The scandal sparked an increased public debate on data privacy and social media’s influence on politics. Facebook was accused of allowing Cambridge Analytica to collect personal data of the users and the users’ Facebook friends. Furthermore, psychographic profiling was done with the intent of manipulation.
The need of the hour
Cyber harm caused by social engineering attacks is on the rise and has impacted not just organisations but also the general populace.
As a result, psychologists and behaviour change experts are drawn to cybersecurity. They have presented some fearful insights into the social behaviours of misguided victims and leaders of groups such as Anonymous, LulzSec, and Lizard Squad.
Unsurprisingly, attempts to dissuade people from becoming involved in hacktivism and cybercrime have failed, even triggering a reactance response.

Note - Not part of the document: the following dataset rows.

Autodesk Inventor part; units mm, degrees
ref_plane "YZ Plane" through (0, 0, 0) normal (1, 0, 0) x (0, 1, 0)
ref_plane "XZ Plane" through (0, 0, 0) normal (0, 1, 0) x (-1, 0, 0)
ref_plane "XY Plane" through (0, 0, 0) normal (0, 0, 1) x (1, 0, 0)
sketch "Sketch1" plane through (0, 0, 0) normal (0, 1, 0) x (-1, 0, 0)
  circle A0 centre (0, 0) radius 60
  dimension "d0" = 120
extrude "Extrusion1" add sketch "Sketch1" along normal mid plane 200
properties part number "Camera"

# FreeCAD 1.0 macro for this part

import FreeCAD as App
import Part
import Sketcher
Q = App.Units.Quantity

doc = App.newDocument("Part")
body = doc.addObject("PartDesign::Body", "Body")

# Sketch on XZ plane
sketch1 = doc.addObject("Sketcher::SketchObject", "Sketch")
body.addObject(sketch1)
sketch1.AttachmentSupport = (doc.XZ_Plane, [""])
sketch1.MapMode = "FlatFace"
sketch1.addGeometry(Part.Circle(App.Vector(0, 0, 0), App.Vector(0, 0, 1), 60), False)
sketch1.addConstraint([
    Sketcher.Constraint("Coincident", 0, 3, -1, 1),
    Sketcher.Constraint("Diameter", 0, Q("4.7244 in")),
])
pad1 = doc.addObject("PartDesign::Pad", "Pad")
body.addObject(pad1)
pad1.Profile = sketch1
pad1.Length = 200
pad1.Midplane = True

doc.recompute()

An alternative approach is to avoid using scare tactics and “what to do” as per psychologists. The youth need to be empowered with knowledge and awareness that their actions and decisions online can have dire outcomes. Educating them to develop resilience against being lured into traps that can cause harm – be it any type – will make them sceptical of the people and ideologies they encounter online.
There has to be a global call-to-action wherein hostile hacktivism and cybercrime is considered a grave danger to humanity. And there has to be cohesion between governments and private institutions to formulate policies, methods, and processes to develop a proactive cybersecurity approach.